Journal of Research & Health (Oct 2024)
Multimorbidity Patterns and Their Relationship With ICU Admission and Mortality Rates in Hospitalized Patients With COVID-19 in Northern Iran
Abstract
Background: Classifying COVID-19 hospitalized patients based on multimorbidity could aid in individual evaluation and provide effective triage for better treatment and management. The aim of this study was to extract multimorbidity patterns among hospitalized COVID-19 patients and determine their associations with admission to intensive care units (ICU) and mortality. Methods: The data in this retrospective study were acquired from the registry system for all 13,960 COVID-19 patients from 42 hospitals in Mazandaran Province in northern Iran between March 20, 2020, and July 20, 2021. The multimorbidity patterns of 11 chronic diseases were extracted using latent class analysis (LCA). The association between multimorbidity patterns and mortality from COVID-19 and admission to the ICU was examined using multilevel logistic regression modeling.
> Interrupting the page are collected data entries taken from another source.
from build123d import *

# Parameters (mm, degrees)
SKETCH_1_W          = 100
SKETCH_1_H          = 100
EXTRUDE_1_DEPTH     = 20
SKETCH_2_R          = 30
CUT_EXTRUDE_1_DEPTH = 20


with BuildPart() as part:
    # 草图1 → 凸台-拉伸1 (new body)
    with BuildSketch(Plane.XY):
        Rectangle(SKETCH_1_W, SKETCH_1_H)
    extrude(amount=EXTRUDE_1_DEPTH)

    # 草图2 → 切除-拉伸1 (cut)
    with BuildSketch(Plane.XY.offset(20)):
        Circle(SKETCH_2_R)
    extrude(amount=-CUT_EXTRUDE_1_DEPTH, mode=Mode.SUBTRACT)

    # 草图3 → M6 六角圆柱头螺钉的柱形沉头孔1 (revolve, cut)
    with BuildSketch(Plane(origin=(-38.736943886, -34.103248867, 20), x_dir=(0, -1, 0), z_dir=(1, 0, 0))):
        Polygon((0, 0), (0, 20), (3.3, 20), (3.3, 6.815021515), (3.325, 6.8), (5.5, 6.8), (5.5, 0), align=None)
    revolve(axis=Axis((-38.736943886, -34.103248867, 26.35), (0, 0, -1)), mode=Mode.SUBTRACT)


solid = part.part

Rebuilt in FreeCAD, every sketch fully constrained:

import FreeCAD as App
import Part
import Sketcher

V = App.Vector
Q = App.Units.Quantity

doc = App.newDocument("Part")
body = doc.addObject("PartDesign::Body", "Body")

sketch1 = doc.addObject("Sketcher::SketchObject", "Sketch")
body.addObject(sketch1)
sketch1.AttachmentSupport = (doc.XY_Plane, [""])
sketch1.MapMode = "FlatFace"
sketch1.addGeometry([
    Part.LineSegment(V(-50, 50, 0), V(-50, -50, 0)),
    Part.LineSegment(V(-50, -50, 0), V(50, -50, 0)),
    Part.LineSegment(V(50, -50, 0), V(50, 50, 0)),
    Part.LineSegment(V(50, 50, 0), V(-50, 50, 0)),
], False)
sketch1.addConstraint([
    Sketcher.Constraint("Coincident", 0, 2, 1, 1),
    Sketcher.Constraint("Coincident", 1, 2, 2, 1),
    Sketcher.Constraint("Coincident", 2, 2, 3, 1),
    Sketcher.Constraint("Coincident", 3, 2, 0, 1),
    Sketcher.Constraint("Vertical", 0),
    Sketcher.Constraint("Horizontal", 1),
    Sketcher.Constraint("Vertical", 2),
    Sketcher.Constraint("Horizontal", 3),
    Sketcher.Constraint("Symmetric", 0, 2, 2, 2, -1, 1),
    Sketcher.Constraint("Equal", 3, 0),
    Sketcher.Constraint("DistanceX", 1, 1, 1, 2, 100.0),
])
pad1 = doc.addObject("PartDesign::Pad", "Pad")
body.addObject(pad1)
pad1.Profile = sketch1
pad1.Length = 20

sketch2 = doc.addObject("Sketcher::SketchObject", "Sketch001")
body.addObject(sketch2)
sketch2.AttachmentSupport = (doc.XY_Plane, [""])
sketch2.MapMode = "FlatFace"
sketch2.AttachmentOffset = App.Placement(V(0, 0, 20), App.Rotation())
sketch2.addGeometry(Part.Circle(V(0, 0, 0), V(0, 0, 1), 30), False)
sketch2.addConstraint([
    Sketcher.Constraint("Coincident", 0, 3, -1, 1),
    Sketcher.Constraint("Diameter", 0, 60.0),
])
pocket1 = doc.addObject("PartDesign::Pocket", "Pocket")
body.addObject(pocket1)
pocket1.Profile = sketch2
pocket1.Length = 20

sketch3 = doc.addObject("Sketcher::SketchObject", "Sketch002")
body.addObject(sketch3)
sketch3.AttachmentSupport = (doc.YZ_Plane, [""])
sketch3.MapMode = "FlatFace"
sketch3.AttachmentOffset = App.Placement(V(0, 0, -38.736944), App.Rotation())
sketch3.addGeometry([
    Part.LineSegment(V(-34.103249, 0, 0), V(-34.103249, 20, 0)),
    Part.LineSegment(V(-34.103249, 20, 0), V(-39.603249, 20, 0)),
    Part.LineSegment(V(-39.603249, 20, 0), V(-39.603249, 13.2, 0)),
    Part.LineSegment(V(-39.603249, 13.2, 0), V(-37.428249, 13.2, 0)),
    Part.LineSegment(V(-37.428249, 13.2, 0), V(-37.403249, 13.184978, 0)),
    Part.LineSegment(V(-37.403249, 13.184978, 0), V(-37.403249, 0, 0)),
    Part.LineSegment(V(-37.403249, 0, 0), V(-34.103249, 0, 0)),
], False)
sketch3.addGeometry(Part.LineSegment(V(-34.103249, 20, 0), V(-34.103249, 0, 0)), True)
sketch3.addConstraint([
    Sketcher.Constraint("Coincident", 0, 2, 1, 1),
    Sketcher.Constraint("Coincident", 1, 2, 2, 1),
    Sketcher.Constraint("Coincident", 2, 2, 3, 1),
    Sketcher.Constraint("Coincident", 3, 2, 4, 1),
    Sketcher.Constraint("Coincident", 4, 2, 5, 1),
    Sketcher.Constraint("Coincident", 5, 2, 6, 1),
    Sketcher.Constraint("Coincident", 6, 2, 0, 1),
    Sketcher.Constraint("Vertical", 0),
    Sketcher.Constraint("Horizontal", 1),
    Sketcher.Constraint("Vertical", 2),
    Sketcher.Constraint("Horizontal", 3),
    Sketcher.Constraint("Vertical", 5),
    Sketcher.Constraint("Horizontal", 6),
    Sketcher.Constraint("Vertical", 7),
    Sketcher.Constraint("Coincident", 7, 1, 0, 2),
    Sketcher.Constraint("PointOnObject", 5, 2, -1),
    Sketcher.Constraint("PointOnObject", 7, 2, -1),
    Sketcher.Constraint("DistanceY", 0, 1, 0, 2, 20.0),
    Sketcher.Constraint("Angle", 4, Q("-30.999999 deg")),
    Sketcher.Constraint("DistanceX", 1, 2, 1, 1, 5.5),
    Sketcher.Constraint("DistanceX", 6, 1, 6, 2, 3.3),
    Sketcher.Constraint("DistanceY", 2, 2, 2, 1, 6.8),
    Sketcher.Constraint("DistanceX", 3, 1, 3, 2, 2.175),
    Sketcher.Constraint("DistanceX", 0, 2, -1, 1, 34.103249),
])
groove = doc.addObject("PartDesign::Groove", "Groove")
body.addObject(groove)
groove.Profile = sketch3
groove.ReferenceAxis = (sketch3, ["Axis0"])
groove.Angle = 360

doc.recompute()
Results: Four classes were identified, including diabetes and cardiovascular disease (class 1, 3.7%), metabolic diseases and others (class 2, 0.6 %), diabetes and hypertension (class 3, 23.0%), and non-multimorbidity (class 4, 72.7%). Membership in class 1 (diabetes and cardiovascular disease) and class 3 (diabetes and hypertension), compared with class 4 (non-multimorbidity), was associated with higher odds of experiencing death (OR=2.66 for class 1 and 1.21 for class 3). Class 2 did not show a significant difference from class 4 regarding mortality. Conclusion: Multimorbidity classification is a key predictor of COVID-19 patient prognosis, guiding treatment decisions and prioritizing protective measures, such as vaccination. Notably, those with multimorbidity patterns of “diabetes and cardiovascular diseases” and “diabetes and hypertension” exhibit the highest risk of ICU admission and mortality.